Point-by-Point-Contact-Based Approach to Compute Position and Orientation between Parts Assembled by Multiple Non-Ideal Planes

Abstract

Position and orientation deviations (PODs), being affected by surface deviations, occur after parts are assembled, which directly affects the performance of mechanical products. Moreover, mechanical parts are generally assembled with multiple constraint planes, and the generated PODs are influenced by the type of positioning. Therefore, the PODs of multiple planes should be computed in the design stage according to the predicted surface deviations, to control the product performance. However, even though the POD computation of multiple planes has been researched, the effects of surface deviations and multiple types of positioning cannot be considered simultaneously. To address this problem, this study proposes a point-by-point-contact-based approach. The six-point positioning principle is employed to determine the possible number of contact points on each mating plane.
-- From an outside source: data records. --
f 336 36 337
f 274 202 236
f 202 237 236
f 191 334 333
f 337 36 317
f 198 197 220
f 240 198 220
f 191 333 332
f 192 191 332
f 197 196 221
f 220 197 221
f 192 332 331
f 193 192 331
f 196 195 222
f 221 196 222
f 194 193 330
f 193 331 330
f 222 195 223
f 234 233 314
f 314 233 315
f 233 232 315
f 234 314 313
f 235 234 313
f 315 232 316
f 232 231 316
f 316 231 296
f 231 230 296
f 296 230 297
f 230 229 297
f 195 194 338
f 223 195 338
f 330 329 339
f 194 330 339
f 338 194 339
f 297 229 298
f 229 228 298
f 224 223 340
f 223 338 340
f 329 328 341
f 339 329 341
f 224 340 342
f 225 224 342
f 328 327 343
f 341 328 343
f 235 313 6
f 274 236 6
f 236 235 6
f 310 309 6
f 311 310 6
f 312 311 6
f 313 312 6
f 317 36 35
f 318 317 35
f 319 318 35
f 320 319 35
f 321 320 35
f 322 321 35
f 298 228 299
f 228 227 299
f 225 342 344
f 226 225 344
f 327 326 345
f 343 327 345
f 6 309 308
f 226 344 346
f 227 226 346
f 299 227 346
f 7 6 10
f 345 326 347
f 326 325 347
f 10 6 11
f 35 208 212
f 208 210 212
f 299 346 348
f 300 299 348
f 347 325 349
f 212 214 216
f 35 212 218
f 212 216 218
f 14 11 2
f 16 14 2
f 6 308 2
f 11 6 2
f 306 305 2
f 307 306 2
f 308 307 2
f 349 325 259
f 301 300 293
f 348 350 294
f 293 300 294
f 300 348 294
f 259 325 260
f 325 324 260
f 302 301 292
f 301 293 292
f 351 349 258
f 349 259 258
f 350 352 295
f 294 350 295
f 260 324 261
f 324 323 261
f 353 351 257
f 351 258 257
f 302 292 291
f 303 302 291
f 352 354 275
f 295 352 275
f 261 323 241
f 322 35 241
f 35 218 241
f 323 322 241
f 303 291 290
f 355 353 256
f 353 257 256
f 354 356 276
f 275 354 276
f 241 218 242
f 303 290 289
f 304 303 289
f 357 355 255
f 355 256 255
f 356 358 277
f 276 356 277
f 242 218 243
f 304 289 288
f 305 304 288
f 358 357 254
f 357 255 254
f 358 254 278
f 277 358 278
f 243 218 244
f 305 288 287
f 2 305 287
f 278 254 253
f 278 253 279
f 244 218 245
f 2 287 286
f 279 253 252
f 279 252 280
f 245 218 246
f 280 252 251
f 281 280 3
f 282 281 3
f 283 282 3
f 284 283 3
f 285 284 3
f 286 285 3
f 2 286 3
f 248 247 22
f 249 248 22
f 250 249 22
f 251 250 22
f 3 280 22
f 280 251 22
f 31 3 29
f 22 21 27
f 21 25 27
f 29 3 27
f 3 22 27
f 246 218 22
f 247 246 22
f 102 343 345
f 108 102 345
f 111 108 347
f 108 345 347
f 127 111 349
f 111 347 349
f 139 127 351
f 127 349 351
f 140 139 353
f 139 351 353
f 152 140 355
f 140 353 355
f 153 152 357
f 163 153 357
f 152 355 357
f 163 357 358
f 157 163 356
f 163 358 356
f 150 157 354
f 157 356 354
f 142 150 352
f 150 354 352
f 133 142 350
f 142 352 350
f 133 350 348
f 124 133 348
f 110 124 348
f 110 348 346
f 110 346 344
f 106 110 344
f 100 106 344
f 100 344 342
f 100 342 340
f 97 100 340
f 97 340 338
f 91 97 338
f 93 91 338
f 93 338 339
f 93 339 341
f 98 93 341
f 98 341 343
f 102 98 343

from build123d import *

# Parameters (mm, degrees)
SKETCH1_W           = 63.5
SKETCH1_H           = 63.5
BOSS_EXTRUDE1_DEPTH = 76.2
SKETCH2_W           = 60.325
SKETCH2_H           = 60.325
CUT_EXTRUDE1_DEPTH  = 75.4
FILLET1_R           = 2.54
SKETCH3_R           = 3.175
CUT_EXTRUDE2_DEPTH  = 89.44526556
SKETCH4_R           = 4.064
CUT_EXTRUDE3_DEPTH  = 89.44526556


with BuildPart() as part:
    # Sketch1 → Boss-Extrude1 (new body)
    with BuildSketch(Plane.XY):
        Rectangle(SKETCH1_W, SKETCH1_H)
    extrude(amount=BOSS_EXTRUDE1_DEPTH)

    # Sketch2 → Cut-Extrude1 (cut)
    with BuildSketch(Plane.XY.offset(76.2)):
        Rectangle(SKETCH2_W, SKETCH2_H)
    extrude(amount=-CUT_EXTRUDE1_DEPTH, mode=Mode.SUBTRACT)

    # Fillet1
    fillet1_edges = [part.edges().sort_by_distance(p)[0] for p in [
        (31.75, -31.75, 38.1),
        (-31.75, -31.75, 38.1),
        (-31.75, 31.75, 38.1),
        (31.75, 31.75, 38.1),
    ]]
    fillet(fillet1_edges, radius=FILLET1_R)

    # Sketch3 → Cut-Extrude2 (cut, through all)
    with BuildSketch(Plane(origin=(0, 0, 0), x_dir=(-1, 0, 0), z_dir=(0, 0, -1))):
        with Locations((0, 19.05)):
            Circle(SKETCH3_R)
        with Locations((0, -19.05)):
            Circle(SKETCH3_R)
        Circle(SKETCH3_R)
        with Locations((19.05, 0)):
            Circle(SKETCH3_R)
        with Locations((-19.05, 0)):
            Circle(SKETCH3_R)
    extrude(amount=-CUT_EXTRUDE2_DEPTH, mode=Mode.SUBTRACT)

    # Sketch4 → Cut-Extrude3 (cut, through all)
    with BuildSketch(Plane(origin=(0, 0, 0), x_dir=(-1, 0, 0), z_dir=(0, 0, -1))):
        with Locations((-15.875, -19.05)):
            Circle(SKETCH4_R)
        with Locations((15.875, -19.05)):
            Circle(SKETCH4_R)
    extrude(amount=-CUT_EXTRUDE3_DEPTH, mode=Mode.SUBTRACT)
The surface deviations are modeled from the perspective of manufacturing errors. Furthermore, the contact points on each mating plane are determined successively using both the strategies of progressively approaching position and of the orientation and recursion of contact points. As a result, the PODs are acquired. The feasibility and usefulness of the proposed approach are verified through a case study. Herein, effects of surface deviations and multiple types of positioning on PODs are unified as contact point variations. Consequently, this approach is expected to assist with accurately controlling the POD influence on the performance of mechanical products in the design stage.